Ce qui était artisanal auparavant est désormais organisé de manière méthodique, professionnelle ; les importateurs chinois ont modernisé les réseaux et ils s’occupent de la transformation, afin de ne plus être dépendant des fournisseurs.

Après, la Chine, plaque tournante du trafic, a annoncé que la vente et la transformation d’objets en ivoire seraient entièrement interdites d’ici la fin de cette année. Les prix de l’ivoire baissent déjà considérablement.

Y a-t-il un retournement de situation et les éléphants sont-ils sauvés ?

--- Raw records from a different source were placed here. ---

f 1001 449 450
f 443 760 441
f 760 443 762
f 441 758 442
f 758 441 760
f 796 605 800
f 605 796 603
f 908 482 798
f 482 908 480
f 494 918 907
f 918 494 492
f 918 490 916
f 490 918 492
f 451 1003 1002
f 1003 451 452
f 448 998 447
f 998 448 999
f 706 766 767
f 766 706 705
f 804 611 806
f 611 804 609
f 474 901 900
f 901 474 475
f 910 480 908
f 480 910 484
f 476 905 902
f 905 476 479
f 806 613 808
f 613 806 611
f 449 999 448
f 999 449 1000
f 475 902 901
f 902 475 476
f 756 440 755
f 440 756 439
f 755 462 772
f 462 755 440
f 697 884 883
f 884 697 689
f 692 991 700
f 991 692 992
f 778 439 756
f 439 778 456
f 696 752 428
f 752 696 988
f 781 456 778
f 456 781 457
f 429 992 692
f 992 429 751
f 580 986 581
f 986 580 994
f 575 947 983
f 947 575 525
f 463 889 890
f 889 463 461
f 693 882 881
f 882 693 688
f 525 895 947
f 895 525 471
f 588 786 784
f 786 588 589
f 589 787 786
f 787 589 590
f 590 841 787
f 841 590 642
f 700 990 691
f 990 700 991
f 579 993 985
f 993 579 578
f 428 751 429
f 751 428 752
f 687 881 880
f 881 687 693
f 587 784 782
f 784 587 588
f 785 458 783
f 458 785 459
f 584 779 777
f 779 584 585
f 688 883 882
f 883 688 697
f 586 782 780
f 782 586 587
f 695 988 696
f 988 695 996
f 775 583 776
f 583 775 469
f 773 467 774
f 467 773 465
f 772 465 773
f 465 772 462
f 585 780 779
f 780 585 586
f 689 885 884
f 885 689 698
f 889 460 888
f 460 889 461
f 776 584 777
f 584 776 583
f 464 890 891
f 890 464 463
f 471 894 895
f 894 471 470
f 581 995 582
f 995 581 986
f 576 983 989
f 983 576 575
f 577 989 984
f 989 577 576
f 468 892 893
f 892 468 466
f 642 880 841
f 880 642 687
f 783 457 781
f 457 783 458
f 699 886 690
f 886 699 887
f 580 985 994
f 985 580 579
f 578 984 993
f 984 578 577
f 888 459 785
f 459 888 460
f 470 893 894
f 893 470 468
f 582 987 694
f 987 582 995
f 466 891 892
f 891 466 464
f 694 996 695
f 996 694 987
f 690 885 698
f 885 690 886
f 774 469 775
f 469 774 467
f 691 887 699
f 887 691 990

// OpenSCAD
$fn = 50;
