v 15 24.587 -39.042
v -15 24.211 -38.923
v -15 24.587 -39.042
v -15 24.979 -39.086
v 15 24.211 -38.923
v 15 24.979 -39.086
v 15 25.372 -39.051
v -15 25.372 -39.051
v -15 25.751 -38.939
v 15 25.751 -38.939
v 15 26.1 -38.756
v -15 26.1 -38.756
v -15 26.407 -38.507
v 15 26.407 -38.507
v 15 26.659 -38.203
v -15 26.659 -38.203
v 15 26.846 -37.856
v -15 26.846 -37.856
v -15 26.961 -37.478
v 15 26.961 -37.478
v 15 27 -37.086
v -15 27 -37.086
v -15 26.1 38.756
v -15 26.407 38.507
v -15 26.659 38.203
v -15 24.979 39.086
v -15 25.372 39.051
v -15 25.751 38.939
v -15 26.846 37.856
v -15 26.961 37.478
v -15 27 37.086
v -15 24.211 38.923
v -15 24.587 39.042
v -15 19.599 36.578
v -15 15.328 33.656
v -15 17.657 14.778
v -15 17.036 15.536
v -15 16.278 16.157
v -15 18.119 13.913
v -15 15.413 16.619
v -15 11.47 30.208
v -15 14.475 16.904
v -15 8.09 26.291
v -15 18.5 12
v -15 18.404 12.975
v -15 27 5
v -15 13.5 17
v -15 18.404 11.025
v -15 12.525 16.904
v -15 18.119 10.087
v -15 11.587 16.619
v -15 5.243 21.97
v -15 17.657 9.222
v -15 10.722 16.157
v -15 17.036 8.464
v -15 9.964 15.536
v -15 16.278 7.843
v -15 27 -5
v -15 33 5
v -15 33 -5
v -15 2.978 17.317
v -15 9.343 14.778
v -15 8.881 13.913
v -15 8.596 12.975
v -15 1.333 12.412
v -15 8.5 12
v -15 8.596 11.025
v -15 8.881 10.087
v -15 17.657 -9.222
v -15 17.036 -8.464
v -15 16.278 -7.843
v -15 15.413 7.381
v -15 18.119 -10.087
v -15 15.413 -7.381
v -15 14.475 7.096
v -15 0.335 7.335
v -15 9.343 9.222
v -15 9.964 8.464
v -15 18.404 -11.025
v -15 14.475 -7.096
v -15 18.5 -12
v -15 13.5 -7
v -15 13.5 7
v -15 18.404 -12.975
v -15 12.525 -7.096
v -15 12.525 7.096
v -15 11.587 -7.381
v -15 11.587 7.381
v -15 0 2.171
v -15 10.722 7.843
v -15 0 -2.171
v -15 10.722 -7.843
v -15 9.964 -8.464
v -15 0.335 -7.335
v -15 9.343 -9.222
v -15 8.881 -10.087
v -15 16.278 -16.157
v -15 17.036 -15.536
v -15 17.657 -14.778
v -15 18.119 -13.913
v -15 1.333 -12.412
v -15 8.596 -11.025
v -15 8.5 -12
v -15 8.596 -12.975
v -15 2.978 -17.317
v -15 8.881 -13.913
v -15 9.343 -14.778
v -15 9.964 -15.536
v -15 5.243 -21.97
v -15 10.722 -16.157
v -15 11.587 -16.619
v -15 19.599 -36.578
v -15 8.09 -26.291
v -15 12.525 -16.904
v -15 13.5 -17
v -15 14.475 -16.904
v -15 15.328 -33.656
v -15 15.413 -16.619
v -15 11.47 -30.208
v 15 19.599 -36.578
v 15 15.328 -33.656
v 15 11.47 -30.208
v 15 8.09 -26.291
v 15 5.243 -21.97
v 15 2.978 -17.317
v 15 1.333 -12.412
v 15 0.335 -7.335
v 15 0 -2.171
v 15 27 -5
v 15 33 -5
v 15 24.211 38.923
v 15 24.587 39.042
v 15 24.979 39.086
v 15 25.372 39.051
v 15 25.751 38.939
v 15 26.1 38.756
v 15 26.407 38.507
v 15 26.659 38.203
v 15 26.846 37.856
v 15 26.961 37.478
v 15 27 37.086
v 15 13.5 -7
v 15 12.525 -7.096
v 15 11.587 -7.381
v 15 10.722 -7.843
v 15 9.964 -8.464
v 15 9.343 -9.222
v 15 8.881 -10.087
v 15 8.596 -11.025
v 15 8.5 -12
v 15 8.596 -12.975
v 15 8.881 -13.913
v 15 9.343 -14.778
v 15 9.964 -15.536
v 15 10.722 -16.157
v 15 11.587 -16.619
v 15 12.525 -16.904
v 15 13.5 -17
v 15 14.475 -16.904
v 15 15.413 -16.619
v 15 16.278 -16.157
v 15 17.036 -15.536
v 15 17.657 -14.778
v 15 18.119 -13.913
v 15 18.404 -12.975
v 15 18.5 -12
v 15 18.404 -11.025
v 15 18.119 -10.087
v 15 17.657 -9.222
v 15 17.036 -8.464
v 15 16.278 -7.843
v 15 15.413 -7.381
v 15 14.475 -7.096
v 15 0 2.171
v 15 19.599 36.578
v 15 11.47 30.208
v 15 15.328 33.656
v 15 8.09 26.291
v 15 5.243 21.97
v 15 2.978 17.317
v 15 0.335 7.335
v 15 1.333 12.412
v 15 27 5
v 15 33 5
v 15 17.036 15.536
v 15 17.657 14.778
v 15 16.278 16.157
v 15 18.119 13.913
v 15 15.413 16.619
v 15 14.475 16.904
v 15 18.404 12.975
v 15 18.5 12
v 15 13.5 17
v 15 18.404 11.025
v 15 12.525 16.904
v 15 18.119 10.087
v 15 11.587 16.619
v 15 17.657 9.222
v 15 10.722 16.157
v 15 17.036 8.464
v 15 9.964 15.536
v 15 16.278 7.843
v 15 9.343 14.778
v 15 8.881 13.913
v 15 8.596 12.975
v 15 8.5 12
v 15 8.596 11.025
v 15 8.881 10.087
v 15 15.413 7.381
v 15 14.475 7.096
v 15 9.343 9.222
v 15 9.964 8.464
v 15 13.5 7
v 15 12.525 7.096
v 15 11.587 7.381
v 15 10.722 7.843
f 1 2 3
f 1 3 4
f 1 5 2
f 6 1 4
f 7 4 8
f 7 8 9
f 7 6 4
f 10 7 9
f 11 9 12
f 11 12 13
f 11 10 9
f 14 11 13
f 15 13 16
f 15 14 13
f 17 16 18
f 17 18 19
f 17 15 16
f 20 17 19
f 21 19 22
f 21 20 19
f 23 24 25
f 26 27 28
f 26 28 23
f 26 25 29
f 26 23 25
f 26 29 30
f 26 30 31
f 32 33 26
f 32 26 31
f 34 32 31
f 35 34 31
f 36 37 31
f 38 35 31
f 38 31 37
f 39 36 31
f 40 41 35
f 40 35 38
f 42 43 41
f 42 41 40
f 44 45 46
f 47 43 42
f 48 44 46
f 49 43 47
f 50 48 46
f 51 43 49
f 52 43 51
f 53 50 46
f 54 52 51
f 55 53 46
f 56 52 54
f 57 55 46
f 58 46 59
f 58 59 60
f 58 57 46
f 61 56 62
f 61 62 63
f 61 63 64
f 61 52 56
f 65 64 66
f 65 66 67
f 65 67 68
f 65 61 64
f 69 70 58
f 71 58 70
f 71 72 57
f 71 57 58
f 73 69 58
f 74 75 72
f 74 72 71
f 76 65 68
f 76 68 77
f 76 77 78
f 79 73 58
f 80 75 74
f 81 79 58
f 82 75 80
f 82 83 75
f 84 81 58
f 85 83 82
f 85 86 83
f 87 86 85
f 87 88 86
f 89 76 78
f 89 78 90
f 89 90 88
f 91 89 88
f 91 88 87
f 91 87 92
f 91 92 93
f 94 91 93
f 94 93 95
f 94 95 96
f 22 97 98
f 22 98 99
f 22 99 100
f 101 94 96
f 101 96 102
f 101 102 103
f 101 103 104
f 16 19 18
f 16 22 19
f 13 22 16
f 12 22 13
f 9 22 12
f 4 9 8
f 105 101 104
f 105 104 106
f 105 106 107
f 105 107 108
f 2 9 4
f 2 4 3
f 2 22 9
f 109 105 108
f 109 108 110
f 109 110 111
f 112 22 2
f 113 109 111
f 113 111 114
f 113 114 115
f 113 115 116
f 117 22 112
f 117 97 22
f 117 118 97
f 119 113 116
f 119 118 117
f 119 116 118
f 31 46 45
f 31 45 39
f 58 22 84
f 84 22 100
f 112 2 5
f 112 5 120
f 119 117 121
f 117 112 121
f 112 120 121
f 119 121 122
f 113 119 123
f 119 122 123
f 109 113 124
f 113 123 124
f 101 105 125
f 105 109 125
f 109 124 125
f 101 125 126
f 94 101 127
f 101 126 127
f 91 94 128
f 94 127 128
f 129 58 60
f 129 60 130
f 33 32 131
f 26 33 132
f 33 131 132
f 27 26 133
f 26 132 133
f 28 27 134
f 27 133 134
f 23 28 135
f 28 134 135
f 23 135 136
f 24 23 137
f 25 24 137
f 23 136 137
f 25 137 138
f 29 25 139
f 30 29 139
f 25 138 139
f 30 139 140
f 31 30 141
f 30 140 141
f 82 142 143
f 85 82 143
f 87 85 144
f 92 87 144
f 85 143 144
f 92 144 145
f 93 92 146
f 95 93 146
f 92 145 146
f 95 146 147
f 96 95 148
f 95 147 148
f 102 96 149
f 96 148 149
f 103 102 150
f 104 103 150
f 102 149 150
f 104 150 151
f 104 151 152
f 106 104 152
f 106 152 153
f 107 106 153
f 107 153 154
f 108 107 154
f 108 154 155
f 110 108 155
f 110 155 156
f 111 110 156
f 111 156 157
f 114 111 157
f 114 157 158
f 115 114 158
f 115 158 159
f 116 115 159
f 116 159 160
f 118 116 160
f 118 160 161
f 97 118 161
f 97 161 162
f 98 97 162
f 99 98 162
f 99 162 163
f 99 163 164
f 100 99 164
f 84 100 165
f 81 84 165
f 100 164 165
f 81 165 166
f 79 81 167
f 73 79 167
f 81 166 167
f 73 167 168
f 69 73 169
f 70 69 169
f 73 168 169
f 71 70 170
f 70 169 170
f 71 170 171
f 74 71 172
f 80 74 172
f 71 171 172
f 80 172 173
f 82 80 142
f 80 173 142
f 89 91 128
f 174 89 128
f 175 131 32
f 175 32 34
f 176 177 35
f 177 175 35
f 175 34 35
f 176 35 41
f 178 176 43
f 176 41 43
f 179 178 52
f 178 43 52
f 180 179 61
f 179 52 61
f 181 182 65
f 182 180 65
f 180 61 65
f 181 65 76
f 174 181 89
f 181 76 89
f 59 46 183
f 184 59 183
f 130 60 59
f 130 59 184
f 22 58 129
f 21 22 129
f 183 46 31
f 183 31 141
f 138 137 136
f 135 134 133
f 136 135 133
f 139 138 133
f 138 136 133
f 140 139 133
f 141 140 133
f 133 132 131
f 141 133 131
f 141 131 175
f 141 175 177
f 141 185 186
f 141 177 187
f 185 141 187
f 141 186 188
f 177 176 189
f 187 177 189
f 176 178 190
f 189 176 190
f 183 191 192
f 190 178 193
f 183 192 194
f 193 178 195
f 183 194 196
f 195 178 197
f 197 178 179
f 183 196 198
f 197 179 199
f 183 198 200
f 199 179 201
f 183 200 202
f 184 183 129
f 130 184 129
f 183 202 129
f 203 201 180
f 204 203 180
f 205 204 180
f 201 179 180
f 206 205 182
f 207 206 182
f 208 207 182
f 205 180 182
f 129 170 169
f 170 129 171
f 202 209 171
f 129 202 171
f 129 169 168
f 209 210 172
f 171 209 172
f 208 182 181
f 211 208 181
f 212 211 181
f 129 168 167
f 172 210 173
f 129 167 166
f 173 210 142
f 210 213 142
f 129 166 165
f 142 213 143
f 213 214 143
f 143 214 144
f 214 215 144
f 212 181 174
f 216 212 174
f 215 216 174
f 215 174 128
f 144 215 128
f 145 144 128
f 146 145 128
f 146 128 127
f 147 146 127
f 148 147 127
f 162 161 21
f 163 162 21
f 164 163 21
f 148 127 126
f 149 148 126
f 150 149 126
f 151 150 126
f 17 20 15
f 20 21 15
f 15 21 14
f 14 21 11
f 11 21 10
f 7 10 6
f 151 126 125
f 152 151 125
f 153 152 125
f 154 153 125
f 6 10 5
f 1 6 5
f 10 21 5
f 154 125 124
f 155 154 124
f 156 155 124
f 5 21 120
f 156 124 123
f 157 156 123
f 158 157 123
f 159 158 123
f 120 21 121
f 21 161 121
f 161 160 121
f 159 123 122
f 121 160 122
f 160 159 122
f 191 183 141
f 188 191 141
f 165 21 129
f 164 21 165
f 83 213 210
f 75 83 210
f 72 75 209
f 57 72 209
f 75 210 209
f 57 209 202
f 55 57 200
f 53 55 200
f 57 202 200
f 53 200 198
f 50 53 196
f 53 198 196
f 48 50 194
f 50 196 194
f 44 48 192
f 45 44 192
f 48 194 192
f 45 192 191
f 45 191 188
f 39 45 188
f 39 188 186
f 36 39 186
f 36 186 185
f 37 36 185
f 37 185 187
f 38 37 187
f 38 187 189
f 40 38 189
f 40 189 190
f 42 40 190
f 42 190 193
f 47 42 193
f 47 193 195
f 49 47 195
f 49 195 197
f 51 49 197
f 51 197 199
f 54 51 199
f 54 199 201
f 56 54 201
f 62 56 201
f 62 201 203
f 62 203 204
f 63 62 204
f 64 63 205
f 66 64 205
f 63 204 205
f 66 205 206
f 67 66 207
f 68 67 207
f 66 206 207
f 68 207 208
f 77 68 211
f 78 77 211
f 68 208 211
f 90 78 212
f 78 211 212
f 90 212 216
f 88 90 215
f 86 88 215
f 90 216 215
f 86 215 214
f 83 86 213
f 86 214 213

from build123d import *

# Parameters (mm, degrees)
SKETCH1_W           = 30
SKETCH1_H           = 80
BOSS_EXTRUDE1_DEPTH = 27
SKETCH5_W           = 30
SKETCH5_H           = 10
BOSS_EXTRUDE2_DEPTH = 6
SKETCH2_R           = 5
CUT_EXTRUDE1_DEPTH  = 40
FILLET5_R           = 40
FILLET6_R           = 40
FILLET7_R           = 2
FILLET8_R           = 2


with BuildPart() as part:
    # Sketch1 → Boss-Extrude1 (new body)
    with BuildSketch(Plane(origin=(0, 0, 0), x_dir=(1, 0, 0), z_dir=(0, 1, 0))):
        Rectangle(SKETCH1_W, SKETCH1_H)
    extrude(amount=BOSS_EXTRUDE1_DEPTH)

    # Sketch5 → Boss-Extrude2 (add)
    with BuildSketch(Plane(origin=(0, 27, 0), x_dir=(1, 0, 0), z_dir=(0, 1, 0))):
        Rectangle(SKETCH5_W, SKETCH5_H)
    extrude(amount=BOSS_EXTRUDE2_DEPTH)

    # Sketch2 → Cut-Extrude1 (cut)
    with BuildSketch(Plane(origin=(15, 0, 0), x_dir=(0, 0, -1), z_dir=(1, 0, 0))):
        with Locations((-12, 13.5)):
            Circle(SKETCH2_R)
        with Locations(Location((12, 13.5, 0), (0, 0, 180))):
            Circle(SKETCH2_R)
    extrude(amount=-CUT_EXTRUDE1_DEPTH, mode=Mode.SUBTRACT)

    # Fillet5
    # the kernel refuses this fillet: 40 mm, written as the material it takes off along each edge
    with BuildSketch(Plane(origin=(109.571401597, 0, -40), x_dir=(0, 0, 1), z_dir=(-1, 0, 0))) as fillet5_piece_1:
        with BuildLine():
            CenterArc((37.828560639, 40), FILLET5_R, 198.965574989, 71.034425011)
            Line((0, 27), (-0.756571213, 26.74))
            ThreePointArc((-0.756571213, 26.74), (-0.8, 13.5), (-0.8, 0))
            Line((-0.8, 0), (0, -0.8))
            Line((0, -0.8), (37.828560639, -0.8))
            Line((37.828560639, -0.8), (37.828560639, 0))
        make_face()
    extrude(amount=219.142803194, mode=Mode.SUBTRACT)

    # Fillet6
    # the kernel refuses this fillet: 40 mm, written as the material it takes off along each edge
    with BuildSketch(Plane(origin=(-109.571401597, 0, 40), x_dir=(0, 1, 0), z_dir=(1, 0, 0))) as fillet6_piece_1:
        with BuildLine():
            CenterArc((40, -37.828560639), FILLET6_R, 108.965574989, 71.034425011)
            Line((0, -37.828560639), (-0.8, -37.828560639))
            Line((-0.8, -37.828560639), (-0.8, 0))
            Line((-0.8, 0), (0, 0.8))
            ThreePointArc((0, 0.8), (13.5, 0.8), (26.74, 0.756571213))
            Line((26.74, 0.756571213), (27, 0))
        make_face()
    extrude(amount=219.142803194, mode=Mode.SUBTRACT)

    # Fillet7
    fillet7_edges = [part.edges().sort_by_distance(p)[0] for p in [
        (0, 27, -40),
    ]]
    fillet(fillet7_edges, radius=FILLET7_R)

    # Fillet8
    fillet8_edges = [part.edges().sort_by_distance(p)[0] for p in [
        (0, 27, 40),
    ]]
    fillet(fillet8_edges, radius=FILLET8_R)


solid = part.part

Malheureusement, il faut bien comprendre qu’il y a un problème fondamental. Ce qui est interdit, c’est toujours l’ivoire passé une date précise. Mais comme on ne peut pas savoir réellement, à moins d’une analyse au carbone, de quand date cet ivoire, tous les mensonges sont possibles : il suffit d’antidater.

Le plus grand exportateur mondial d’ivoire est, de très loin, la Grande-Bretagne, qui interdit l’ivoire d’après 1976. Il faut dire que du temps de l’empire britannique – ce que raconte justement le roman Au cœur des ténèbres – 30 000 tonnes d’ivoire ont été importés.

Or, cela signifie que l’ivoire continue de circuler, sous une forme travaillée. N’importe quelle mafia peut donc jouer là-dessus, falsifier des papiers.

Le problème va se poser en Chine de manière aiguë, car il y a 3000 ans de tradition de sculpture de l’ivoire et 80 % des ménages ont de l’ivoire sculptée.

Il y a un espace énorme pour les mafias et l’enquête elle-même est obligée de reconnaître que si en Centrafrique l’ivoire est interdite, même les officiels responsables de la vie sauvage s’en moquent. Elle constate aussi :

« L’implication dans le commerce de l’ivoire de fonctionnaires de haut rang, de militaires et de juges des pays d’Afrique centrale a été rapporté dans tous les pays étudiés. »

On lit aussi la chose suivante concernant les gens arrêtés :

« Nombre d’arrestations ont eu lieu au Congo, avec un profil de suspects étant plutôt varié, incluant de riches businessmen locaux, des diplomates, des officiers de l’armée, des étrangers du Cameroun, de Chine, d’Égypte et du Sénégal. »

Un tel réseau mafieux, aux ramifications internationales, peut-il s’effondrer du jour au lendemain sans être écrasé, juste parce qu’un marché légal est interdit ?

Du point de vue du WWF et de l’UICN – qui ont comme but affiché que le « commerce d’animaux sauvages et de plantes sauvages ne soit pas une menace à la conservation de la nature » – on peut penser que oui.

Mais du notre, certainement pas.

Pour sauver les éléphants, il y a deux choses inévitables à faire :

– interdire la valorisation de l’ivoire sur le plan culturel, interdire de le montrer en public, interdire toute vente et tout achat, sous quelque forme que ce soit ;

– militariser la protection des parcs naturels avec des moyens très importants.

Ce n’est évidemment pas possible aujourd’hui, car les échanges de marchandises priment et le monde est divisé en nations. Aussi faut-il changer cela pour sauver les éléphants : l’humanité doit cesser son arriération et s’insérer pacifiquement dans Gaïa.